> **WORK INSTRUCTION**: Restate word for word the lines in the listing below, starting at the line containing "f 384 393 323" and ending at the line containing "f 342 341 217", both included; leave out the rest.
- Opening Delimiter -
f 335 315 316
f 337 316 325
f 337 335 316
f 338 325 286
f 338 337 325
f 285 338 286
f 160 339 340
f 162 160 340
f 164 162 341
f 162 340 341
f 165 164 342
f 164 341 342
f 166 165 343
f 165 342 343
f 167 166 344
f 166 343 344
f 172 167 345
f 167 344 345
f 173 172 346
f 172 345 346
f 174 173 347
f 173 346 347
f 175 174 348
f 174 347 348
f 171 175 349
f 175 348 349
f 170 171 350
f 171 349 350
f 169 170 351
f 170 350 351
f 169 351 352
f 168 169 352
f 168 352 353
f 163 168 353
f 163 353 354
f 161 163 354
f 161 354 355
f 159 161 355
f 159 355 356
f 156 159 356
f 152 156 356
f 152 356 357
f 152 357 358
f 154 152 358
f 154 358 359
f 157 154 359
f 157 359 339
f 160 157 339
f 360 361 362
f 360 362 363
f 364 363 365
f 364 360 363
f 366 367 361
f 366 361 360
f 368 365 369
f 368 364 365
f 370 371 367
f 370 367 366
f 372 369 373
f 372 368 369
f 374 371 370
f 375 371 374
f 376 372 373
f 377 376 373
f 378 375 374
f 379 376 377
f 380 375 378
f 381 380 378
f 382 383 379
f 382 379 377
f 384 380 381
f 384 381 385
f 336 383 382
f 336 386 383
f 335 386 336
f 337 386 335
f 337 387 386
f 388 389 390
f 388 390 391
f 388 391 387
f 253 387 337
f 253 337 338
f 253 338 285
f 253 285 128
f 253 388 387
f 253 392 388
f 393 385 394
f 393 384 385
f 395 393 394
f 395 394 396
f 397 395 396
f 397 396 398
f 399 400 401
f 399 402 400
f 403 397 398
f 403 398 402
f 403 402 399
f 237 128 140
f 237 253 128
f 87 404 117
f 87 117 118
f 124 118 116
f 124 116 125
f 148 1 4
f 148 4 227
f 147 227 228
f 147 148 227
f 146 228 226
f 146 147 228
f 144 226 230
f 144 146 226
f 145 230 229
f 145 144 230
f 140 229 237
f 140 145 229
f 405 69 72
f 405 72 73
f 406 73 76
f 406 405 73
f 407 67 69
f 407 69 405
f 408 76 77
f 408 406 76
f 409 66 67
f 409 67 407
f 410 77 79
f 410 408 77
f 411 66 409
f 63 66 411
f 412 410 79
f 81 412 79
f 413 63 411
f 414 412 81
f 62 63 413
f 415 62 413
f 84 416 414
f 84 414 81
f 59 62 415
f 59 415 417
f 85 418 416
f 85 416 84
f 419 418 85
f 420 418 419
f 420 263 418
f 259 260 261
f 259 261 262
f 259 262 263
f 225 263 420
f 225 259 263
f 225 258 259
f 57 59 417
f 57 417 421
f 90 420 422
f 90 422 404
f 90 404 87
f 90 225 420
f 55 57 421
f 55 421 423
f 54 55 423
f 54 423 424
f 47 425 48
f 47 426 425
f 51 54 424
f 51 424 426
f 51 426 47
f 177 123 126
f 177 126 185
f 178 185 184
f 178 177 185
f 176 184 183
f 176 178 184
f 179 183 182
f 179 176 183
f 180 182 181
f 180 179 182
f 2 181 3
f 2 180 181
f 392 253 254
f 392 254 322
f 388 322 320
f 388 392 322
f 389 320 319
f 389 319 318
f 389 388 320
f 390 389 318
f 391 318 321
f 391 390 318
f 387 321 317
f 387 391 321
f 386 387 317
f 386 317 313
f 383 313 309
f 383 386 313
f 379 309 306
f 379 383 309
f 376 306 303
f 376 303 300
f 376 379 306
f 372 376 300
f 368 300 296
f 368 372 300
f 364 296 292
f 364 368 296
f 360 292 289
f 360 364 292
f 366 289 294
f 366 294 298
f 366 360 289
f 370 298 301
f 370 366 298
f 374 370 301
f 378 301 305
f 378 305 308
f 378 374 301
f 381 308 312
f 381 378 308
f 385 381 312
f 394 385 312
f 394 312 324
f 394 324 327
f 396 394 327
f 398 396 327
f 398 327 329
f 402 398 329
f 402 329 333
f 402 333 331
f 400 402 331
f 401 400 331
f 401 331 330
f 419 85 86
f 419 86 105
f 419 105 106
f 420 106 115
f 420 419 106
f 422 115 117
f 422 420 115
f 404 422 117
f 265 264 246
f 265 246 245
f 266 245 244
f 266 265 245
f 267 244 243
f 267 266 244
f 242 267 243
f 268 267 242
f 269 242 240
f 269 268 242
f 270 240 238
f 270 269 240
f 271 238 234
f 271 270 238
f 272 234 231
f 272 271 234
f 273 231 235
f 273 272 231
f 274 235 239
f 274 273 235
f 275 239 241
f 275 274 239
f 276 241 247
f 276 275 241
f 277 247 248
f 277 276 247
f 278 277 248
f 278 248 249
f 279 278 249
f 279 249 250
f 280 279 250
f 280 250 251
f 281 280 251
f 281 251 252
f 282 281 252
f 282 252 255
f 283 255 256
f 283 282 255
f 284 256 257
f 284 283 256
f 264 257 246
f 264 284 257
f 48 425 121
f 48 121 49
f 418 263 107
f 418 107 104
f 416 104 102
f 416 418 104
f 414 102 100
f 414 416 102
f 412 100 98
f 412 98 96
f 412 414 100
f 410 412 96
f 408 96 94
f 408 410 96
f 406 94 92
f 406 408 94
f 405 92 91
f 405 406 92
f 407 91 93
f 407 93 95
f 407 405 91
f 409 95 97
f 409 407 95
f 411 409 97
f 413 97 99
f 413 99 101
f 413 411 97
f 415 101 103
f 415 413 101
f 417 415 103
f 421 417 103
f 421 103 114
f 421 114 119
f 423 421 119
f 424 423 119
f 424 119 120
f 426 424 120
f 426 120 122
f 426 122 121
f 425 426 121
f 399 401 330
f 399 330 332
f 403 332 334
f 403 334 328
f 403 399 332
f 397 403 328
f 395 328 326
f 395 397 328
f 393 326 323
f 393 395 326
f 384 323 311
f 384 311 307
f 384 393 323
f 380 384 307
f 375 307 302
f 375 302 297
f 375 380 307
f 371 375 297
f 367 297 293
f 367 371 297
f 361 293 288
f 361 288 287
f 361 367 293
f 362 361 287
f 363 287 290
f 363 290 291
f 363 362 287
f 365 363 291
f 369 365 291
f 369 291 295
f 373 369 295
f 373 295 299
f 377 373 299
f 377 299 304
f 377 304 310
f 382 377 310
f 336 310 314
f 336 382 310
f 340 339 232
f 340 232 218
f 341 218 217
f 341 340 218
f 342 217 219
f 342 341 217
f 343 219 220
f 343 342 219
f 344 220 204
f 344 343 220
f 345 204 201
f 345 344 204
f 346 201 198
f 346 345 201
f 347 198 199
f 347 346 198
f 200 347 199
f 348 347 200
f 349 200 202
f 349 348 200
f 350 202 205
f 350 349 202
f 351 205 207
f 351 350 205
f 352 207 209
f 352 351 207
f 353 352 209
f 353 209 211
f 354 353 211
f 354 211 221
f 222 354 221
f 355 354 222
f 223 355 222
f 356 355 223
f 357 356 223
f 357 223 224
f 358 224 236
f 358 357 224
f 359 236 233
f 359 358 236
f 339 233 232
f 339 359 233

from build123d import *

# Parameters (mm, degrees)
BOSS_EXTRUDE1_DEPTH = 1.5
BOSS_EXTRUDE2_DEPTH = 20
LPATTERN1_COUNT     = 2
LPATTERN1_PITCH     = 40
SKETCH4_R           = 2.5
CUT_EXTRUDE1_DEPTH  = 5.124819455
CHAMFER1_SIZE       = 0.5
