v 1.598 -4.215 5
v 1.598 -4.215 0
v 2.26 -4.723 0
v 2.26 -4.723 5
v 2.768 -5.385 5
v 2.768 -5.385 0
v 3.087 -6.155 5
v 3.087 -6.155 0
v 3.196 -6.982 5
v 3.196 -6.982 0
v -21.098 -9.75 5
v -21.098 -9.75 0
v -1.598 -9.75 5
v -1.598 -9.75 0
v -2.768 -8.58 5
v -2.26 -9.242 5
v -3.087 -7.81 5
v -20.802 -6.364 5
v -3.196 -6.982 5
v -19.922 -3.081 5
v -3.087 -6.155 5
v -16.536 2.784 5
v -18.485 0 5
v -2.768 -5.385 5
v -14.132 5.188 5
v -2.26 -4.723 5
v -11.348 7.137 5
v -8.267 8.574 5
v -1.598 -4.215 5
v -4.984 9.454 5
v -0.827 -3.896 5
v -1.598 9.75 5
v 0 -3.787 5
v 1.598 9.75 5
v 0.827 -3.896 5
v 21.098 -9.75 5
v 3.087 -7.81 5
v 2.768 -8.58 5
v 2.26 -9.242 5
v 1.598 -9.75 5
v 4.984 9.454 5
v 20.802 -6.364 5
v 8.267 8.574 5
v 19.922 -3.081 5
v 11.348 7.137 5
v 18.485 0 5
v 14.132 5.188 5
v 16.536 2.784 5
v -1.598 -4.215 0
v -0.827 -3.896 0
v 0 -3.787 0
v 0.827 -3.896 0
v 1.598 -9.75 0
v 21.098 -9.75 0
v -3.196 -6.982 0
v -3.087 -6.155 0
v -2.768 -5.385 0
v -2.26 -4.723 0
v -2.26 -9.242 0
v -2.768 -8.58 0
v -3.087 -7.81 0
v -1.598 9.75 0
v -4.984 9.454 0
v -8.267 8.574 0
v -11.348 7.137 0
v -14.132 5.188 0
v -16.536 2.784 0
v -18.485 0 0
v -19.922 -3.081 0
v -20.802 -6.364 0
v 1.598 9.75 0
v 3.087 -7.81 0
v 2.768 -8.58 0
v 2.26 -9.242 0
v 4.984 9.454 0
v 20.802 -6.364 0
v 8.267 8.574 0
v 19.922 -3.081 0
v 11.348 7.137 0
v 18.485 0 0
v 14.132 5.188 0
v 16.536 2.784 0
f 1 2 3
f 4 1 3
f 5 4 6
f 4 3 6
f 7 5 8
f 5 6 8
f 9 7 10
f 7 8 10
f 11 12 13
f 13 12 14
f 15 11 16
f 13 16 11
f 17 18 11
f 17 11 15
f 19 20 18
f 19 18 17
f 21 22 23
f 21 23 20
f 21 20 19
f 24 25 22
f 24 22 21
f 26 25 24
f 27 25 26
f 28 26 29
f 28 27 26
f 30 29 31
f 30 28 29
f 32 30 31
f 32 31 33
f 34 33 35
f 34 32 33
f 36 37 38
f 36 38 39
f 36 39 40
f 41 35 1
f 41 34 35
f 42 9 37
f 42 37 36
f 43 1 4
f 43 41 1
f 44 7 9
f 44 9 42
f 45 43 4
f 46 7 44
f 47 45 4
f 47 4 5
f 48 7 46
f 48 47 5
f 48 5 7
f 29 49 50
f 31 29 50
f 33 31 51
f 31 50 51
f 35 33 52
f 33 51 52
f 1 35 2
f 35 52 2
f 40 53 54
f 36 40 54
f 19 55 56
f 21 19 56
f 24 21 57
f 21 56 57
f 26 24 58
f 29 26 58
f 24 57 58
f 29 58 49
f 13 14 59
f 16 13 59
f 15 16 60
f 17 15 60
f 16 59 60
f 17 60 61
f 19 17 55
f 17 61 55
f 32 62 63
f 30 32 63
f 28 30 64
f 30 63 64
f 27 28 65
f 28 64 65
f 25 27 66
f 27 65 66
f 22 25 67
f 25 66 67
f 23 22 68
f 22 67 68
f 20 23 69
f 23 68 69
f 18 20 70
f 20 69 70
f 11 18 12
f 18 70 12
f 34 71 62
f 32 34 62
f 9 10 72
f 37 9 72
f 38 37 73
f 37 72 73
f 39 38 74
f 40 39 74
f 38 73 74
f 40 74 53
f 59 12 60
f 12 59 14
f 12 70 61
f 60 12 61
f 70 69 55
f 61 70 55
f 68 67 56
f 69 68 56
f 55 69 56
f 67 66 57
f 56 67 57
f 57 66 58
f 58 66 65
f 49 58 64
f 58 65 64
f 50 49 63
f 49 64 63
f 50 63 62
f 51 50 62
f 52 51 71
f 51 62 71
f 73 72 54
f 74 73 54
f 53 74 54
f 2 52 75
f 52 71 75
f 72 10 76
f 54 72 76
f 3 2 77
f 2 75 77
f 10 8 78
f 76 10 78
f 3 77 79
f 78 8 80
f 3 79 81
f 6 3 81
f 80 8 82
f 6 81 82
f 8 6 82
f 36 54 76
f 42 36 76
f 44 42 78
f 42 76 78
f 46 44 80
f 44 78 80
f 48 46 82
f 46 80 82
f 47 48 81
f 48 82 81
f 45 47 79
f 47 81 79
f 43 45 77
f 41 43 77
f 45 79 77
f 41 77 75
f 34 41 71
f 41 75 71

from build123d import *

# Parameters (mm, degrees)
F1_DEPTH = 5


with BuildPart() as f1:
    # F0 (on Top) → F1 (new body)
    with BuildSketch(Plane.XY):
        with BuildLine():
            ThreePointArc((3.1956666573, -6.9824714928), (2.7675285072, -8.5803048214), (1.5978333287, -9.75))
            Line((1.5978333287, -9.75), (4.793499986, -9.75))
            ThreePointArc((4.793499986, -9.75), (4.3653618359, -8.1521666713), (3.1956666573, -6.9824714928))
        make_face()
        with BuildLine():
            Line((-4.793499986, -9.75), (-1.5978333286, -9.75))
            ThreePointArc((-1.5978333286, -9.75), (-2.7675285072, -8.5803048214), (-3.1956666573, -6.9824714928))
            ThreePointArc((-3.1956666573, -6.9824714928), (-4.3653618359, -8.1521666713), (-4.793499986, -9.75))
        make_face()
        with BuildLine():
            ThreePointArc((3.1956666573, -6.9824714928), (4.3653618359, -8.1521666713), (4.793499986, -9.75))
            Line((4.793499986, -9.75), (12.3826613305, -9.75))
            Line((12.3826613305, -9.75), (17.9021666714, -9.75))
            ThreePointArc((17.9021666714, -9.75), (13.2777422874, 2.8582215277), (1.5978333286, 9.4863643814))
            Line((1.5978333286, 9.4863643814), (1.5978333287, -4.2149429855))
            ThreePointArc((1.5978333286, -4.2149429855), (2.7675285072, -5.3846381641), (3.1956666573, -6.9824714928))
        make_face()
        with BuildLine():
            Line((-17.9021666713, -9.75), (-4.793499986, -9.75))
            ThreePointArc((-4.793499986, -9.75), (-4.3653618359, -8.1521666713), (-3.1956666573, -6.9824714928))
            ThreePointArc((-3.1956666573, -6.9824714928), (-2.7675285072, -5.3846381641), (-1.5978333287, -4.2149429855))
            Line((-1.5978333286, -4.2149429855), (-1.5978333287, 9.4863643814))
            ThreePointArc((-1.5978333287, 9.4863643814), (-13.2777422874, 2.8582215277), (-17.9021666713, -9.75))
        make_face()
        with BuildLine():
            ThreePointArc((-1.5978333287, -4.2149429855), (0, -3.7868048355), (1.5978333286, -4.2149429855))
            Line((1.5978333287, -4.2149429855), (1.5978333286, 9.4863643814))
            ThreePointArc((1.5978333286, 9.4863643814), (0.8009617163, 9.6018935077), (0, 9.6844263783))
            ThreePointArc((0, 9.6844263783), (-0.8009617163, 9.6018935077), (-1.5978333287, 9.4863643814))
            Line((-1.5978333287, 9.4863643814), (-1.5978333286, -4.2149429855))
        make_face()
        with BuildLine():
            Line((-21.0978333287, -9.75), (-17.9021666713, -9.75))
            ThreePointArc((-17.9021666713, -9.75), (-13.2777422874, 2.8582215277), (-1.5978333287, 9.4863643814))
            Line((-1.5978333287, 9.4863643814), (-1.5978333287, 9.75))
            ThreePointArc((-1.5978333287, 9.75), (-15.3864155618, 4.0385822331), (-21.0978333286, -9.75))
        make_face()
        with BuildLine():
            ThreePointArc((0, 9.6844263783), (0.8009617163, 9.6018935077), (1.5978333286, 9.4863643814))
            Line((1.5978333286, 9.4863643814), (1.5978333286, 9.75))
            ThreePointArc((1.5978333286, 9.75), (0.798244177, 9.7335996979), (0, 9.6844263783))
        make_face()
        with BuildLine():
            Line((1.5978333286, 9.75), (1.5978333286, 9.4863643814))
            ThreePointArc((1.5978333286, 9.4863643814), (13.2777422874, 2.8582215277), (17.9021666714, -9.75))
            Line((17.9021666714, -9.75), (21.0978333287, -9.75))
            ThreePointArc((21.0978333287, -9.75), (15.3864155618, 4.0385822331), (1.5978333286, 9.75))
        make_face()
        with BuildLine():
            Line((-1.5978333287, 9.75), (-1.5978333287, 9.4863643814))
            ThreePointArc((-1.5978333287, 9.4863643814), (-0.8009617163, 9.6018935077), (0, 9.6844263783))
            ThreePointArc((0, 9.6844263783), (-0.798244177, 9.7335996979), (-1.5978333287, 9.75))
        make_face()
        with BuildLine():
            ThreePointArc((0, 9.6844263783), (0.798244177, 9.7335996979), (1.5978333286, 9.75))
            Line((1.5978333286, 9.75), (-1.5978333287, 9.75))
            ThreePointArc((-1.5978333287, 9.75), (-0.798244177, 9.7335996979), (0, 9.6844263783))
        make_face()
    extrude(amount=F1_DEPTH)


solid = f1.part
- Closing Delimiter -
> **EXERCISE SOLUTION**:
f 384 393 323
f 380 384 307
f 375 307 302
f 375 302 297
f 375 380 307
f 371 375 297
f 367 297 293
f 367 371 297
f 361 293 288
f 361 288 287
f 361 367 293
f 362 361 287
f 363 287 290
f 363 290 291
f 363 362 287
f 365 363 291
f 369 365 291
f 369 291 295
f 373 369 295
f 373 295 299
f 377 373 299
f 377 299 304
f 377 304 310
f 382 377 310
f 336 310 314
f 336 382 310
f 340 339 232
f 340 232 218
f 341 218 217
f 341 340 218
f 342 217 219
f 342 341 217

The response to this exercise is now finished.